Word for word, restate the lines of the data from the first through the one containing "v 50.8 13.276 389.325", and nothing else.

▶ [EXTRACTED ENTRIES]:
┄┄┄┄┄┄

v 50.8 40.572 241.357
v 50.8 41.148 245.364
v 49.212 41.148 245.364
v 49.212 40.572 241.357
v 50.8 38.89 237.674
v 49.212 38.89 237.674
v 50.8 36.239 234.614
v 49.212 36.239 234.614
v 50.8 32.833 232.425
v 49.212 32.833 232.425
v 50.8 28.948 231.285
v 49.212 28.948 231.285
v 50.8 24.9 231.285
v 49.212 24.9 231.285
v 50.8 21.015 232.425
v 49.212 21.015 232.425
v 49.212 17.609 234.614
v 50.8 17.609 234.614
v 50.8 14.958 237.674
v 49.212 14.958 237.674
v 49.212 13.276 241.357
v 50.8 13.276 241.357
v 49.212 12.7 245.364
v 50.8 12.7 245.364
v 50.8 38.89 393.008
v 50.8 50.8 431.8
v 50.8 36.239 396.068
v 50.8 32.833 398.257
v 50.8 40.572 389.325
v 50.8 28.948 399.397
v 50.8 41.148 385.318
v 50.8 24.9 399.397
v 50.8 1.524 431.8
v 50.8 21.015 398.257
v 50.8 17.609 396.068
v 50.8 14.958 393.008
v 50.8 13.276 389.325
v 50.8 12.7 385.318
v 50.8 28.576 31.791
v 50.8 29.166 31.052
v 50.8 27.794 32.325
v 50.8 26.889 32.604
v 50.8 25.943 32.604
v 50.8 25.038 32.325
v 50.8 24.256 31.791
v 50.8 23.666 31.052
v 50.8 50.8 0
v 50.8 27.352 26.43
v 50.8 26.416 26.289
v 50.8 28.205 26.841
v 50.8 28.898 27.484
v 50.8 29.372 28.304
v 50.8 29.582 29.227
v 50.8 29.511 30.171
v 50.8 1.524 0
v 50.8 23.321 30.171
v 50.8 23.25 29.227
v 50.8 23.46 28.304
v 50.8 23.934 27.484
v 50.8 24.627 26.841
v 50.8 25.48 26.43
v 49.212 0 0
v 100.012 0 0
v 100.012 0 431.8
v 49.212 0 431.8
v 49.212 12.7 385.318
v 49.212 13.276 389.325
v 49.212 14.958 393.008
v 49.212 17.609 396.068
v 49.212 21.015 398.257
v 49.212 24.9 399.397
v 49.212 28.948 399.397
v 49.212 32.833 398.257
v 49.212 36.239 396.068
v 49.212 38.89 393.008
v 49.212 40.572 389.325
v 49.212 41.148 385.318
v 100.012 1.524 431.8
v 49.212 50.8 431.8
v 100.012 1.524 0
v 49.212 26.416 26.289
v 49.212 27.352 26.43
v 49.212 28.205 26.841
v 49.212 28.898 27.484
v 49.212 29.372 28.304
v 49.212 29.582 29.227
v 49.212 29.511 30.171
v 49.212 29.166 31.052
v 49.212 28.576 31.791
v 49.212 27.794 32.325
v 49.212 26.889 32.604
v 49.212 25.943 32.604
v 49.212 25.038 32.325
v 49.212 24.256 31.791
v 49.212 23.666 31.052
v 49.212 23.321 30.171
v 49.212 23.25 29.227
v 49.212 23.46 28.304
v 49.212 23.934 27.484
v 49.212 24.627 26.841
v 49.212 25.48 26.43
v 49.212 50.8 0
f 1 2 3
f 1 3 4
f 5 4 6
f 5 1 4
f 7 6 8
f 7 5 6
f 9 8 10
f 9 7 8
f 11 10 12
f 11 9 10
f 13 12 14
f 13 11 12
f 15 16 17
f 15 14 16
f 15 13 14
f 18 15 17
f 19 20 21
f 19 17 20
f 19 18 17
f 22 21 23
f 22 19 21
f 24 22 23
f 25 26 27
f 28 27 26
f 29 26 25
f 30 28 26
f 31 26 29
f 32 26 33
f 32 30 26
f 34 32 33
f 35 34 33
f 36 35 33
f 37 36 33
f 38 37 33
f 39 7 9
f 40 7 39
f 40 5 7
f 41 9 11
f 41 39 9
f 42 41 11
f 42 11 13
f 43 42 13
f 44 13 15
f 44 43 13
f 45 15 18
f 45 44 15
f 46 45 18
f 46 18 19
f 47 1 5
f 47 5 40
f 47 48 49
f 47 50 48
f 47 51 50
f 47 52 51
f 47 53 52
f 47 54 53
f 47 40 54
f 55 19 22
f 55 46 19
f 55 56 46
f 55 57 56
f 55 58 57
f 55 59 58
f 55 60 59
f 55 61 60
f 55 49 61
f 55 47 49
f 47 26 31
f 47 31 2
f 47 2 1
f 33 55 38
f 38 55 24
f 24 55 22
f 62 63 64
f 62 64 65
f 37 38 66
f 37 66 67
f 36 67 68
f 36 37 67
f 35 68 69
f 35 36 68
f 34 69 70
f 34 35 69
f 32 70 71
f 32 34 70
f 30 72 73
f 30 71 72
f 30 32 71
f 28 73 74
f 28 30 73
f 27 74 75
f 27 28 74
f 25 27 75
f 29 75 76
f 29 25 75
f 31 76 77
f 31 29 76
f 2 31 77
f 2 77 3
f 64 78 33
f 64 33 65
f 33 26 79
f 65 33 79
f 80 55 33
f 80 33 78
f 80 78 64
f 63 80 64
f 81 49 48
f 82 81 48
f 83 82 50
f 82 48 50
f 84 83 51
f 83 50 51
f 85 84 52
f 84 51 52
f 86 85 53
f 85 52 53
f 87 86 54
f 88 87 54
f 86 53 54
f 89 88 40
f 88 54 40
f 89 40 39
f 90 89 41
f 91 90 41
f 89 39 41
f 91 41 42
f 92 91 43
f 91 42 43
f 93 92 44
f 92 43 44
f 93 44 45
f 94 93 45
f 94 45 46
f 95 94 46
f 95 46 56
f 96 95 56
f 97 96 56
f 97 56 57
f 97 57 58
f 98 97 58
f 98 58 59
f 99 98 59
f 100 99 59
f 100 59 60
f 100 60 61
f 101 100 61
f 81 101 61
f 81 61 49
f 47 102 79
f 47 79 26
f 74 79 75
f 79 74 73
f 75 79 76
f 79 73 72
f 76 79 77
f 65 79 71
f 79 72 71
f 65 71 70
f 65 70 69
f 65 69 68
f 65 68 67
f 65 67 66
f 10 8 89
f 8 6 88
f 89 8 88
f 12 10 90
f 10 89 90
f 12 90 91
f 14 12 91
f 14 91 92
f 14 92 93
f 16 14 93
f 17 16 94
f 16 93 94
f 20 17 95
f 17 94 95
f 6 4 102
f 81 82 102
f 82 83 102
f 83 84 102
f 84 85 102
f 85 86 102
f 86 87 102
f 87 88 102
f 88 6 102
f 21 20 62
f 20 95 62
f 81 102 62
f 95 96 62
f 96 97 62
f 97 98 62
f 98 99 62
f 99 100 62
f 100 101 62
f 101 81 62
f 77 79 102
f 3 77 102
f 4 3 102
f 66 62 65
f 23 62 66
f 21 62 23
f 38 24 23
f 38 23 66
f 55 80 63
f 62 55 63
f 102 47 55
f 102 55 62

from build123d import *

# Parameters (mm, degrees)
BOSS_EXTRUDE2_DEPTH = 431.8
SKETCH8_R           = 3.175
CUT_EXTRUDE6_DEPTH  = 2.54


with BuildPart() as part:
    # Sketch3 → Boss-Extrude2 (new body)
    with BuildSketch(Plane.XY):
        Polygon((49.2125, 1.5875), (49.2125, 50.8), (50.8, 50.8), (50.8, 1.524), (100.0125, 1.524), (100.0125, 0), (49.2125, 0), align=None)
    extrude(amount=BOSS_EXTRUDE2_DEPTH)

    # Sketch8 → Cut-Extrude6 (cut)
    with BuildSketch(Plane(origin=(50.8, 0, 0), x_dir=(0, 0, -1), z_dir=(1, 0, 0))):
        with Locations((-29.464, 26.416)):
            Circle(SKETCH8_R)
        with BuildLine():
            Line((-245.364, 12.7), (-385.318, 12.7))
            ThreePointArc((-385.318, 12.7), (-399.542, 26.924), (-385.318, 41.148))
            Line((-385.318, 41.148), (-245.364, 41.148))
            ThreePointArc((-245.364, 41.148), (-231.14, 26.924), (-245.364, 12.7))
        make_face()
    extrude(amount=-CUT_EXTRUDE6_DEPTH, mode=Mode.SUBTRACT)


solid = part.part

┄┄┄┄┄┄

▶ [ANSWER BOX]:
v 50.8 40.572 241.357
v 50.8 41.148 245.364
v 49.212 41.148 245.364
v 49.212 40.572 241.357
v 50.8 38.89 237.674
v 49.212 38.89 237.674
v 50.8 36.239 234.614
v 49.212 36.239 234.614
v 50.8 32.833 232.425
v 49.212 32.833 232.425
v 50.8 28.948 231.285
v 49.212 28.948 231.285
v 50.8 24.9 231.285
v 49.212 24.9 231.285
v 50.8 21.015 232.425
v 49.212 21.015 232.425
v 49.212 17.609 234.614
v 50.8 17.609 234.614
v 50.8 14.958 237.674
v 49.212 14.958 237.674
v 49.212 13.276 241.357
v 50.8 13.276 241.357
v 49.212 12.7 245.364
v 50.8 12.7 245.364
v 50.8 38.89 393.008
v 50.8 50.8 431.8
v 50.8 36.239 396.068
v 50.8 32.833 398.257
v 50.8 40.572 389.325
v 50.8 28.948 399.397
v 50.8 41.148 385.318
v 50.8 24.9 399.397
v 50.8 1.524 431.8
v 50.8 21.015 398.257
v 50.8 17.609 396.068
v 50.8 14.958 393.008
v 50.8 13.276 389.325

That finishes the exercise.